Investitionstätigkeit

Aus der Investitionstätigkeit resultierte ein Mittelabfluss von 2,4 Milliarden Franken. Hauptgründe hierfür waren die Akquisition neuer Geschäfte im Betrag von insgesamt 1,5 Milliarden Franken, der um 1,9 Milliarden Franken höhere Erwerb von Liegenschaften und übrigen Sachanlagen und die Nettozunahme der Finanzanlagen um 2,5 Milliarden Franken.
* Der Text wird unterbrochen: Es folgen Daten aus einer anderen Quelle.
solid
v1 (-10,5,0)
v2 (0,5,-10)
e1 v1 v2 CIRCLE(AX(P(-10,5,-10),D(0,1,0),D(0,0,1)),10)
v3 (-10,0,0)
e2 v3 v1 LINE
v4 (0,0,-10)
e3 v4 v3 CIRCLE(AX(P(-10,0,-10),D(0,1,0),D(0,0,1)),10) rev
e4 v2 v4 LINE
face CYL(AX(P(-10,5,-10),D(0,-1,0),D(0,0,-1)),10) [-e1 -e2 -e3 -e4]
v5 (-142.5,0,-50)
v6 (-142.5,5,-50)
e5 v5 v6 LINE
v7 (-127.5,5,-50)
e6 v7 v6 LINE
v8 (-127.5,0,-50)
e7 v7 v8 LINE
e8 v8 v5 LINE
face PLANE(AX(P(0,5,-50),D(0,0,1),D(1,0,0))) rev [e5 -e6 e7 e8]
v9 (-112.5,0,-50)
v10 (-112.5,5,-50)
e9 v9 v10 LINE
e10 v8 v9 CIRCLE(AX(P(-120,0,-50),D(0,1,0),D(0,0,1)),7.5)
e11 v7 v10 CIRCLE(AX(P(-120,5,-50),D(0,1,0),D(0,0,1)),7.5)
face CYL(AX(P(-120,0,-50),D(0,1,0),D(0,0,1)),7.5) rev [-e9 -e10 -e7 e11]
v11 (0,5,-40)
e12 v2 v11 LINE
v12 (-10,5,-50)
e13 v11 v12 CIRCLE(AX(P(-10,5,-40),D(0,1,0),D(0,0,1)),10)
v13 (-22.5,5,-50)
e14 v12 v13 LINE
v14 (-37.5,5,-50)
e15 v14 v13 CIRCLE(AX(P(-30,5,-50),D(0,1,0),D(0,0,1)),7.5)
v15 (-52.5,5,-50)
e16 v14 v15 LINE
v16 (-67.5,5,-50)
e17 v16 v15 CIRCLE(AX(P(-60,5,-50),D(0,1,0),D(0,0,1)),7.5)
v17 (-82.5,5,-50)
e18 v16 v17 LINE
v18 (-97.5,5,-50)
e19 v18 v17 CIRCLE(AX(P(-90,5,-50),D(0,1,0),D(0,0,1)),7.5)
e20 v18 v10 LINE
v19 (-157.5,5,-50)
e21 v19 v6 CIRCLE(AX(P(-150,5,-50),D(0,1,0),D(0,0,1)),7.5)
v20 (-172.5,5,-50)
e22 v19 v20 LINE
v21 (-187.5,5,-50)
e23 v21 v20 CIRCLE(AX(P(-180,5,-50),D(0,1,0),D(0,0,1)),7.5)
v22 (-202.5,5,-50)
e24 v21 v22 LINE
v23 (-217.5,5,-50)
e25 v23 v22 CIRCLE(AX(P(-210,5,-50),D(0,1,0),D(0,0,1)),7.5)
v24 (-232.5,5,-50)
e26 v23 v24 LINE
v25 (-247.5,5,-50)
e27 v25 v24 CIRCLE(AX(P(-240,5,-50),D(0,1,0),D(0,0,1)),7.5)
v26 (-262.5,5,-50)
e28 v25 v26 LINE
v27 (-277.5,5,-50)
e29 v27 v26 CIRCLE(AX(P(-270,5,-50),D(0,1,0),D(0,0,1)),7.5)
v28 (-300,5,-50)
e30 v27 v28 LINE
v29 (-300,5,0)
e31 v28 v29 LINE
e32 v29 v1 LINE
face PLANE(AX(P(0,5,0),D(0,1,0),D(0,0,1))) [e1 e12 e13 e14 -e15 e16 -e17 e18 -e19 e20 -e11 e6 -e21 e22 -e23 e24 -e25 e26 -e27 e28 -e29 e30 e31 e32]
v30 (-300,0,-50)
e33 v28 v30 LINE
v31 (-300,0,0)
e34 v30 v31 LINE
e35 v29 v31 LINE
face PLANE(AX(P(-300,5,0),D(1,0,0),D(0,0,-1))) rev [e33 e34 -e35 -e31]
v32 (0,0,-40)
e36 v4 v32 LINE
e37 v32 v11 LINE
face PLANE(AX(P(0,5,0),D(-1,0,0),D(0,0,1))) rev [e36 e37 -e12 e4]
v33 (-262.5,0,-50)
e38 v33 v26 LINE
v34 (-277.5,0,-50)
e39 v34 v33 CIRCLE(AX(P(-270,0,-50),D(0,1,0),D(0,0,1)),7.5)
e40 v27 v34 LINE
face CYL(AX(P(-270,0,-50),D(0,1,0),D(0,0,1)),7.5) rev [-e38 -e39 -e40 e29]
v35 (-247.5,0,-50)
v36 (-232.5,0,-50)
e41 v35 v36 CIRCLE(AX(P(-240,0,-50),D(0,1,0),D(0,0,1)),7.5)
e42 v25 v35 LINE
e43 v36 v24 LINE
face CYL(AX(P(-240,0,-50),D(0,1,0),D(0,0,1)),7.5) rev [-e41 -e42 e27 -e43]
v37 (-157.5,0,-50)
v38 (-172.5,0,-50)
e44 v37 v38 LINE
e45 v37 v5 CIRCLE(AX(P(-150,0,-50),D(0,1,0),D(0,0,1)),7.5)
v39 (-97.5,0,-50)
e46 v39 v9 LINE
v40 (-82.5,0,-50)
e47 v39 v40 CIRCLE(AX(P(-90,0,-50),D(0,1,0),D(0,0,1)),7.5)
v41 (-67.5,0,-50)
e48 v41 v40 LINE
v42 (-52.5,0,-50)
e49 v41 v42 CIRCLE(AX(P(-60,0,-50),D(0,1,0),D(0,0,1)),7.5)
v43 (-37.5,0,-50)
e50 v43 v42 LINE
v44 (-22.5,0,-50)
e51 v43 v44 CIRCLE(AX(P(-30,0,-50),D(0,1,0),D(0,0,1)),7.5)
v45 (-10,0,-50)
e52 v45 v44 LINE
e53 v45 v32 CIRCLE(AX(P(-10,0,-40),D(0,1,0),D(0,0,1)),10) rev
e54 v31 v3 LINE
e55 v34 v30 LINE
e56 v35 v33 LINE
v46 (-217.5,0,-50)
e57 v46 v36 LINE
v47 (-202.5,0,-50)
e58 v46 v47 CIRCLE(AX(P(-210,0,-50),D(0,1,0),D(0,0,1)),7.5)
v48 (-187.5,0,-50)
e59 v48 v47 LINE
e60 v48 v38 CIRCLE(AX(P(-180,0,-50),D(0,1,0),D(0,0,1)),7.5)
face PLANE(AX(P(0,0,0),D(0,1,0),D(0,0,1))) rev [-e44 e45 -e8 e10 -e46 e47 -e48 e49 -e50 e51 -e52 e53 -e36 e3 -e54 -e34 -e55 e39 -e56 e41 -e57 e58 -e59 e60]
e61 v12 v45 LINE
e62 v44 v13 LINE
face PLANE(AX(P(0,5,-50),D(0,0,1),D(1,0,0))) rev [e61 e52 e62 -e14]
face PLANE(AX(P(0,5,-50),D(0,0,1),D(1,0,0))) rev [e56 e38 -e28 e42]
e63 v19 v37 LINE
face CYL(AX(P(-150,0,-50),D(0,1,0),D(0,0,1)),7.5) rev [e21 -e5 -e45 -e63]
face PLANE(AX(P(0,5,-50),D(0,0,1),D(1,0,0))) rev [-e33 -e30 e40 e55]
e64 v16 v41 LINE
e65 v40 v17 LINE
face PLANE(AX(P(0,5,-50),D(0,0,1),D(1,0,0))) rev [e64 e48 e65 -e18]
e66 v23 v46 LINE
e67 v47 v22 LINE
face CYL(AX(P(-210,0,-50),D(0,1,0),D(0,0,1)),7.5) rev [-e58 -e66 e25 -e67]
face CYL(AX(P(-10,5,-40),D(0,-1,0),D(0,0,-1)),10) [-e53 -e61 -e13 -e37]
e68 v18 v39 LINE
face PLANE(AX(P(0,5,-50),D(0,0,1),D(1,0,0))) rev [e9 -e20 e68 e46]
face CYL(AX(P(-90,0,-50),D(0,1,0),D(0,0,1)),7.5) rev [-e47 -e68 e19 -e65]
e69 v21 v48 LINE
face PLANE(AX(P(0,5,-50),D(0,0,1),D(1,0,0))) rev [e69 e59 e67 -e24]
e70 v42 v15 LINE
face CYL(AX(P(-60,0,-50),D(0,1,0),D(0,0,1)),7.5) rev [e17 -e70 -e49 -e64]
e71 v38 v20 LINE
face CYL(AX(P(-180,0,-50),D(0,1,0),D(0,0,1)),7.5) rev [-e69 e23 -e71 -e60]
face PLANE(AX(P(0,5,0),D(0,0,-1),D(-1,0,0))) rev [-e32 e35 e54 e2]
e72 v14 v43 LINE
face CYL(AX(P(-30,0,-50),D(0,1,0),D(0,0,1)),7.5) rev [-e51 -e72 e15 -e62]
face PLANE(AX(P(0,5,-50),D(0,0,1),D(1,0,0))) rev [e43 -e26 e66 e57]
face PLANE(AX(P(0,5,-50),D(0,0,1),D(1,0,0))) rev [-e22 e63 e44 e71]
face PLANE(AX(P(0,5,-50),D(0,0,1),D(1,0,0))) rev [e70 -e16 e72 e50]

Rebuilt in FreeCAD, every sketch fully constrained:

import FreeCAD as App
import Part
import Sketcher
from FreeCAD import Vector


def edges_at(feature, points):
    """Names of the edges that pass closest to the given points."""
    edges = feature.Shape.Edges
    near = lambda p: min(range(len(edges)), key=lambda i: edges[i].distToShape(Part.Vertex(*p))[0])
    return sorted({f"Edge{near(p) + 1}" for p in points})


def add_polygon(sketch, points):
    """Adds a closed chain of lines whose ends are joined by coincident constraints."""
    first, n = sketch.GeometryCount, len(points)
    for a, b in zip(points, points[1:] + points[:1]):
        sketch.addGeometry(Part.LineSegment(App.Vector(*a, 0), App.Vector(*b, 0)), False)
    for i in range(n):
        sketch.addConstraint(Sketcher.Constraint("Coincident", first + i, 2, first + (i + 1) % n, 1))

doc = App.newDocument("Part")
body = doc.addObject("PartDesign::Body", "Body")

# Sketch on XZ plane
sketch1 = body.newObject("Sketcher::SketchObject", "Sketch")
sketch1.AttachmentSupport = (doc.getObject("XZ_Plane"), [""])
sketch1.MapMode = "FlatFace"
add_polygon(sketch1, [(-300, -50), (-300, 0), (0, 0), (0, -50)])  # lines 0-3
sketch1.addConstraint([
    Sketcher.Constraint("Vertical", 0),
    Sketcher.Constraint("Horizontal", 1),
    Sketcher.Constraint("Vertical", 2),
    Sketcher.Constraint("Horizontal", 3),
    Sketcher.Constraint("Coincident", 1, 2, -1, 1),
    Sketcher.Constraint("DistanceX", 1, 1, 1, 2, 300.0),
    Sketcher.Constraint("DistanceY", 0, 1, 0, 2, 50.0),
])
pad1 = body.newObject("PartDesign::Pad", "Pad")
pad1.Profile = sketch1
pad1.Length = 5
pad1.Reversed = True

# Sketch on XZ plane
sketch2 = body.newObject("Sketcher::SketchObject", "Sketch001")
sketch2.AttachmentSupport = (doc.getObject("XZ_Plane"), [""])
sketch2.MapMode = "FlatFace"
sketch2.AttachmentOffset = App.Placement(Vector(0, 0, -5), App.Rotation())
sketch2.addGeometry(Part.Circle(Vector(-270, -50, 0), Vector(0, 0, 1), 8), False)
sketch2.addConstraint([
    Sketcher.Constraint("Diameter", 0, 15.0),
    Sketcher.Constraint("DistanceX", 0, 3, -1, 1, 270.0),
    Sketcher.Constraint("DistanceY", 0, 3, -1, 1, 50.0),
])
pocket1 = body.newObject("PartDesign::Pocket", "Pocket")
pocket1.Profile = sketch2
pocket1.Length = 5
pocket1.Reversed = True
doc.recompute()

linearpattern = body.newObject("PartDesign::LinearPattern", "LinearPattern")
linearpattern.Originals = [pocket1]
linearpattern.Direction = (doc.getObject("X_Axis"), [""])
linearpattern.Mode = "offset"
linearpattern.Offset = 30
linearpattern.Occurrences = 9
body.Tip = linearpattern
doc.recompute()

fillet = body.newObject("PartDesign::Fillet", "Fillet")
fillet.Base = (linearpattern, edges_at(linearpattern, [(0, 2.5, 0), (0, 2.5, -50)]))
fillet.Radius = 10

doc.recompute()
Die Veräusserung von Tochter- und assoziierten Gesellschaften hatte 2005 Mittelzuflüsse von 3,2 Milliarden Franken zur Folge, wovon 1,9 Milliarden Franken auf den Verkauf von Private Banks & GAM entfielen. 2004 waren noch Nettomittelabflüsse aus der Investitionstätigkeit in Höhe von 1,0 Milliarden Franken verzeichnet worden, denen hauptsächlich folgende Faktoren zugrunde lagen: die Akquisition neuer Geschäfte in Höhe von 2,5 Milliarden Franken sowie der Kauf von Liegenschaften und übrigen Sachanlagen im Wert von 0,5 Milliarden Franken. Diese Kosten wurden nur zum Teil durch Mittelzuflüsse aus Veräusserungen von Tochter- und assoziierten Gesellschaften sowie aus dem Nettoverkauf von Finanzanlagen ausgeglichen.

Finanzierungstätigkeit

Aus der Finanzierungstätigkeit gingen 2005 Cashflows von 64,5 Milliarden Franken hervor, die zur Finanzierung des Ausbaus unserer Geschäftsaktivitäten genutzt wurden. Diese Zuflüsse stammen aus der Nettoemission von Geldmarktpapieren im Betrag von 23,2 Milliarden Franken sowie aus der Ausgabe langfristiger Schuldtitel im Wert von 76,3 Milliarden Franken. Letztere überstiegen die Rückzahlungen von Papieren mit langer Laufzeit von insgesamt 30,5 Milliarden Franken deutlich. Diesen Zuflüssen standen Abflüsse aufgrund von Bewegungen bei den eigenen Aktien und Derivatgeschäften auf eigenen Aktien (2,4 Milliarden Franken) sowie Dividendenzahlungen (3,1 Milliarden Franken) gegenüber. Im Jahr zuvor hatten wir Nettomittelzuflüsse von 39,8 Milliarden Franken aus unserer Finanzierungstätigkeit verzeichnet. Der Unterschied zwischen den beiden Jahren erklärt sich grösstenteils durch die verstärkte Ausgabe langfristiger Schuldtitel (plus 25,1 Milliarden Franken) im Jahr 2005.